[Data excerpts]

::::

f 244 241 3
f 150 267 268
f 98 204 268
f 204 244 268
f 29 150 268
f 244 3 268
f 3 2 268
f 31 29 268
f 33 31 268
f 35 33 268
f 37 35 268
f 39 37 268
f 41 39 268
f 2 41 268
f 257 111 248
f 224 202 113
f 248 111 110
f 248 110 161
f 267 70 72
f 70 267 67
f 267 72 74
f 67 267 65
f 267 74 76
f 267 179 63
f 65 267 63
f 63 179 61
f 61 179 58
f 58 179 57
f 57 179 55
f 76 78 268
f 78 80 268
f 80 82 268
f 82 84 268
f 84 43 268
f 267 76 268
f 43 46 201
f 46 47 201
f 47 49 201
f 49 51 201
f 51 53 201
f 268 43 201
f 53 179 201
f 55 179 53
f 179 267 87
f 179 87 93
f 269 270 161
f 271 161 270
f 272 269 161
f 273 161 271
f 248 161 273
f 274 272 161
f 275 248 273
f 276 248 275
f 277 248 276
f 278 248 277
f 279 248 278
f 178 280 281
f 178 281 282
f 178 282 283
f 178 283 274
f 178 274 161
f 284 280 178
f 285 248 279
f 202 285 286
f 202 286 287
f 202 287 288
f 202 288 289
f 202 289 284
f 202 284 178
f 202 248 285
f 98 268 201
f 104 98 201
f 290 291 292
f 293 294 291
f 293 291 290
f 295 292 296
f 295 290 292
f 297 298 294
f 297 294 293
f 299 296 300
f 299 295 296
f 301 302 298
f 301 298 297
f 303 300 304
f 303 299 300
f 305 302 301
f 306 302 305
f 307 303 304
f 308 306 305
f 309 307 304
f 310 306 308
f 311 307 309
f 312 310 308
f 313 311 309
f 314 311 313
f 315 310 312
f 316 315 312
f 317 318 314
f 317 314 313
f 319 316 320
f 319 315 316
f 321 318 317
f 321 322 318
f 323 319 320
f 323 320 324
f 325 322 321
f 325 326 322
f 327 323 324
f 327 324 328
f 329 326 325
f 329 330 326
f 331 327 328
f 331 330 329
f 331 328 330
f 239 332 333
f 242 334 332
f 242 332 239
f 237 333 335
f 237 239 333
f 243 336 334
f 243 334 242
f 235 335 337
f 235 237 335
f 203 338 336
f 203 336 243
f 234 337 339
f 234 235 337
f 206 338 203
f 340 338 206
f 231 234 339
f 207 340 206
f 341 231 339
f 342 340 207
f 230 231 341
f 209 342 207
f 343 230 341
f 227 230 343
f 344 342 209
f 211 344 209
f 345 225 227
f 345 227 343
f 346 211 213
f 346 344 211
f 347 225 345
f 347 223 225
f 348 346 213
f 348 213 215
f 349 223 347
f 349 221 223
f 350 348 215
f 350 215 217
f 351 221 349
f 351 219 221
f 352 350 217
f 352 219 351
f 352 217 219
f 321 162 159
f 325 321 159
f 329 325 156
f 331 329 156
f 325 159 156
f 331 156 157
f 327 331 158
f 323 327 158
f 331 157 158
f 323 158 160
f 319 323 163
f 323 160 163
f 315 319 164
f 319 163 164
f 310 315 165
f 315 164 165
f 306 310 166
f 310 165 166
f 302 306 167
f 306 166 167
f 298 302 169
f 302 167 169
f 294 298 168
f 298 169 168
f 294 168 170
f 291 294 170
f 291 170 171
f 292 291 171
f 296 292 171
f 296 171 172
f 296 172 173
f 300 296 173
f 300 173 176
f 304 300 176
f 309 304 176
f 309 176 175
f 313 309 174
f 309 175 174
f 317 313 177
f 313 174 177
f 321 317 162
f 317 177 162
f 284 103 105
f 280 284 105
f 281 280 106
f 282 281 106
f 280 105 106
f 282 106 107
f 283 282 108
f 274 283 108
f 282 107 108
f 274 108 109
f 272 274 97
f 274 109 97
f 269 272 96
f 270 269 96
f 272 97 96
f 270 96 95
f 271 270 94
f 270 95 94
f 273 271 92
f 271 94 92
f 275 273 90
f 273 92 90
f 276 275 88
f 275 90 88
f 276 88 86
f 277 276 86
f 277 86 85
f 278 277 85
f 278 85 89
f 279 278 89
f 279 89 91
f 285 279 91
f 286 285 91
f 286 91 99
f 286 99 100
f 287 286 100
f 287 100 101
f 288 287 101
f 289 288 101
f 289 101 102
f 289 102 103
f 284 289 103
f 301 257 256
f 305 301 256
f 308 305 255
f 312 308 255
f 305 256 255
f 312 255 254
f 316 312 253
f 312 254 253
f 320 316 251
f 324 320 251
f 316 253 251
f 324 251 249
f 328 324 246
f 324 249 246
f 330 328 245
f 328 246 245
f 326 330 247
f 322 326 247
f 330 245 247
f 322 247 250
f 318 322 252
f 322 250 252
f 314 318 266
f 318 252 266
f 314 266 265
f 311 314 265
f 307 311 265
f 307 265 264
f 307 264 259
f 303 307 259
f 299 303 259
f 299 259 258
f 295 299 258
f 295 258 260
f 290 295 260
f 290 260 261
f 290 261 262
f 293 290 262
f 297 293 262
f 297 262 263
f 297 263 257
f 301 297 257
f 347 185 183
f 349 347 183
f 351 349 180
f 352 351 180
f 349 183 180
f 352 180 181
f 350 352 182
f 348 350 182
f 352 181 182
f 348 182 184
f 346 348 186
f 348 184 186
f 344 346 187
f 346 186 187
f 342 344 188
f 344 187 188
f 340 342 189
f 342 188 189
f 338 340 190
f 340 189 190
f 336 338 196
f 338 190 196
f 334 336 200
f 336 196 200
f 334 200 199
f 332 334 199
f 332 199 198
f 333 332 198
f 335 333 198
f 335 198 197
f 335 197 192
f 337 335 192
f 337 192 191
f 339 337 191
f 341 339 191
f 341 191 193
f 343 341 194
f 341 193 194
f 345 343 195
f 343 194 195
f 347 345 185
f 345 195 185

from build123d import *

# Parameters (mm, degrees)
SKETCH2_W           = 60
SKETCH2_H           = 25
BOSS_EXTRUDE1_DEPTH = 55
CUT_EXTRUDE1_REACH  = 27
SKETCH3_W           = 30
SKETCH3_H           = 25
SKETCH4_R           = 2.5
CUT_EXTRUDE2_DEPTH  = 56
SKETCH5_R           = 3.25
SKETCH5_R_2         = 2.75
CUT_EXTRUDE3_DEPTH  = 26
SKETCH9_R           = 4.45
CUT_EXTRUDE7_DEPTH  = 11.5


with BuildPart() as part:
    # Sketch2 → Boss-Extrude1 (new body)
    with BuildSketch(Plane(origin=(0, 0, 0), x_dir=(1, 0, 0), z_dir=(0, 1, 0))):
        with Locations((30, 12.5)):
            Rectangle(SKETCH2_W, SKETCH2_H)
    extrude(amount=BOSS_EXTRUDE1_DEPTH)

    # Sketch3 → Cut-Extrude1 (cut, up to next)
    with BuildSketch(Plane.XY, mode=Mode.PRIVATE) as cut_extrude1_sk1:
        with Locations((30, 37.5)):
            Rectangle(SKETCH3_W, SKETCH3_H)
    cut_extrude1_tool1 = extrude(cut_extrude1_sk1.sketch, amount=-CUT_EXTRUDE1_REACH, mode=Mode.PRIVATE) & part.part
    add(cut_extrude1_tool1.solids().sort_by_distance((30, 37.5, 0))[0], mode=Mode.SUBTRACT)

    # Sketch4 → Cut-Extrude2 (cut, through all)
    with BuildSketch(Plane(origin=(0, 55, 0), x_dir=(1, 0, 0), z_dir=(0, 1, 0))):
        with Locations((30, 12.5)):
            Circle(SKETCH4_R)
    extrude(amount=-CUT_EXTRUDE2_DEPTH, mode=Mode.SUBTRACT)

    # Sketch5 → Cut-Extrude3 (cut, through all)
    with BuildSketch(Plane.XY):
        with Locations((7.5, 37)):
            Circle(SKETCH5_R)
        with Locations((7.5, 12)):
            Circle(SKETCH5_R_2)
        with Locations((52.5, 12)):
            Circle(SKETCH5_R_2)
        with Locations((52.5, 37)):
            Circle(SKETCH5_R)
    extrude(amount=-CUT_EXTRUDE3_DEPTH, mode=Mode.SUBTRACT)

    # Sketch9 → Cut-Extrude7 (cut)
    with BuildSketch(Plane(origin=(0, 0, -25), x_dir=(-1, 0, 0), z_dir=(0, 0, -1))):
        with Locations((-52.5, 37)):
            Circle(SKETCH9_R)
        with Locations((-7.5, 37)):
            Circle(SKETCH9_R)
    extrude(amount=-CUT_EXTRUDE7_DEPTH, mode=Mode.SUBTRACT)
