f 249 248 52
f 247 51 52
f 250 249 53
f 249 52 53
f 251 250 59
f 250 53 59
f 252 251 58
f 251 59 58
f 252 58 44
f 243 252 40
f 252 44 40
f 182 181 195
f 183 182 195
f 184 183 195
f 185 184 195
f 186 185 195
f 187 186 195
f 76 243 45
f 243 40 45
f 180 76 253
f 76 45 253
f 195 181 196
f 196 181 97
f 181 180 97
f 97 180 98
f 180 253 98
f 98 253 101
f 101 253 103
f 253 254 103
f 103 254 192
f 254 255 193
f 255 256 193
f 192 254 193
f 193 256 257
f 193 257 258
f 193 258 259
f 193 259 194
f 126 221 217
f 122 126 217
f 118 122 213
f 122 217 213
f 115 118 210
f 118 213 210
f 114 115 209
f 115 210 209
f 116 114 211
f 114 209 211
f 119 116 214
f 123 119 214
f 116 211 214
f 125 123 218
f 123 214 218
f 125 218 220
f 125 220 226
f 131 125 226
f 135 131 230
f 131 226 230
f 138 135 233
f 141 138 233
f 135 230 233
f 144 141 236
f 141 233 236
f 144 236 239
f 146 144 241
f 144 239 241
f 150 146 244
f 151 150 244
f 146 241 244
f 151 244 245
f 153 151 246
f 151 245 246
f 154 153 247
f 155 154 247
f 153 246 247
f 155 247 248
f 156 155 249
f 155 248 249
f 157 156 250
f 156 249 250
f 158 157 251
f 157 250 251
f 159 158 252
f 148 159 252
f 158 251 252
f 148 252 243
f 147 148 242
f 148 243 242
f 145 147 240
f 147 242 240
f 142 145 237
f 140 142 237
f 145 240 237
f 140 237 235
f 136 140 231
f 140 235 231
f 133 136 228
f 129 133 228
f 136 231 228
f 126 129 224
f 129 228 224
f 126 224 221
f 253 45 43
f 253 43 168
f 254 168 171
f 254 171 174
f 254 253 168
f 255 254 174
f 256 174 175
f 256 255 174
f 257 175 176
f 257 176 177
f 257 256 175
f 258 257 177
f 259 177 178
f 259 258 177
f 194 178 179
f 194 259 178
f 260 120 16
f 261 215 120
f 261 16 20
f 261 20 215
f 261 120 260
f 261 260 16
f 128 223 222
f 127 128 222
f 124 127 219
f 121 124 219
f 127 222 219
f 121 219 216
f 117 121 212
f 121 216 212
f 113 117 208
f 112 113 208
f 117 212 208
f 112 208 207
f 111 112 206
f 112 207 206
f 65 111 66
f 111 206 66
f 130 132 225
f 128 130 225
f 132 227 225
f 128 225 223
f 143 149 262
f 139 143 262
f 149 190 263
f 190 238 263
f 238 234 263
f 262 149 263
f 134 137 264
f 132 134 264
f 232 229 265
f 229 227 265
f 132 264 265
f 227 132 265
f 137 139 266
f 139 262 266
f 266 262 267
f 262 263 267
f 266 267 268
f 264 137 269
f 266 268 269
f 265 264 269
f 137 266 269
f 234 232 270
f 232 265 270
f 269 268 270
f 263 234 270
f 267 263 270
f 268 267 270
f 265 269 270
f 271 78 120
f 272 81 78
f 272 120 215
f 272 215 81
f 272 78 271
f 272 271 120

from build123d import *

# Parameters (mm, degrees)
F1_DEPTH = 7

::::

# BRIEF
The span to give again runs from the line with "f 139 143 262" through the last line of the records above; reproduce it exactly and nothing more.

# WRITTEN RESPONSE
f 139 143 262
f 149 190 263
f 190 238 263
f 238 234 263
f 262 149 263
f 134 137 264
f 132 134 264
f 232 229 265
f 229 227 265
f 132 264 265
f 227 132 265
f 137 139 266
f 139 262 266
f 266 262 267
f 262 263 267
f 266 267 268
f 264 137 269
f 266 268 269
f 265 264 269
f 137 266 269
f 234 232 270
f 232 265 270
f 269 268 270
f 263 234 270
f 267 263 270
f 268 267 270
f 265 269 270
f 271 78 120
f 272 81 78
f 272 120 215
f 272 215 81
f 272 78 271
f 272 271 120

from build123d import *

# Parameters (mm, degrees)
F1_DEPTH = 7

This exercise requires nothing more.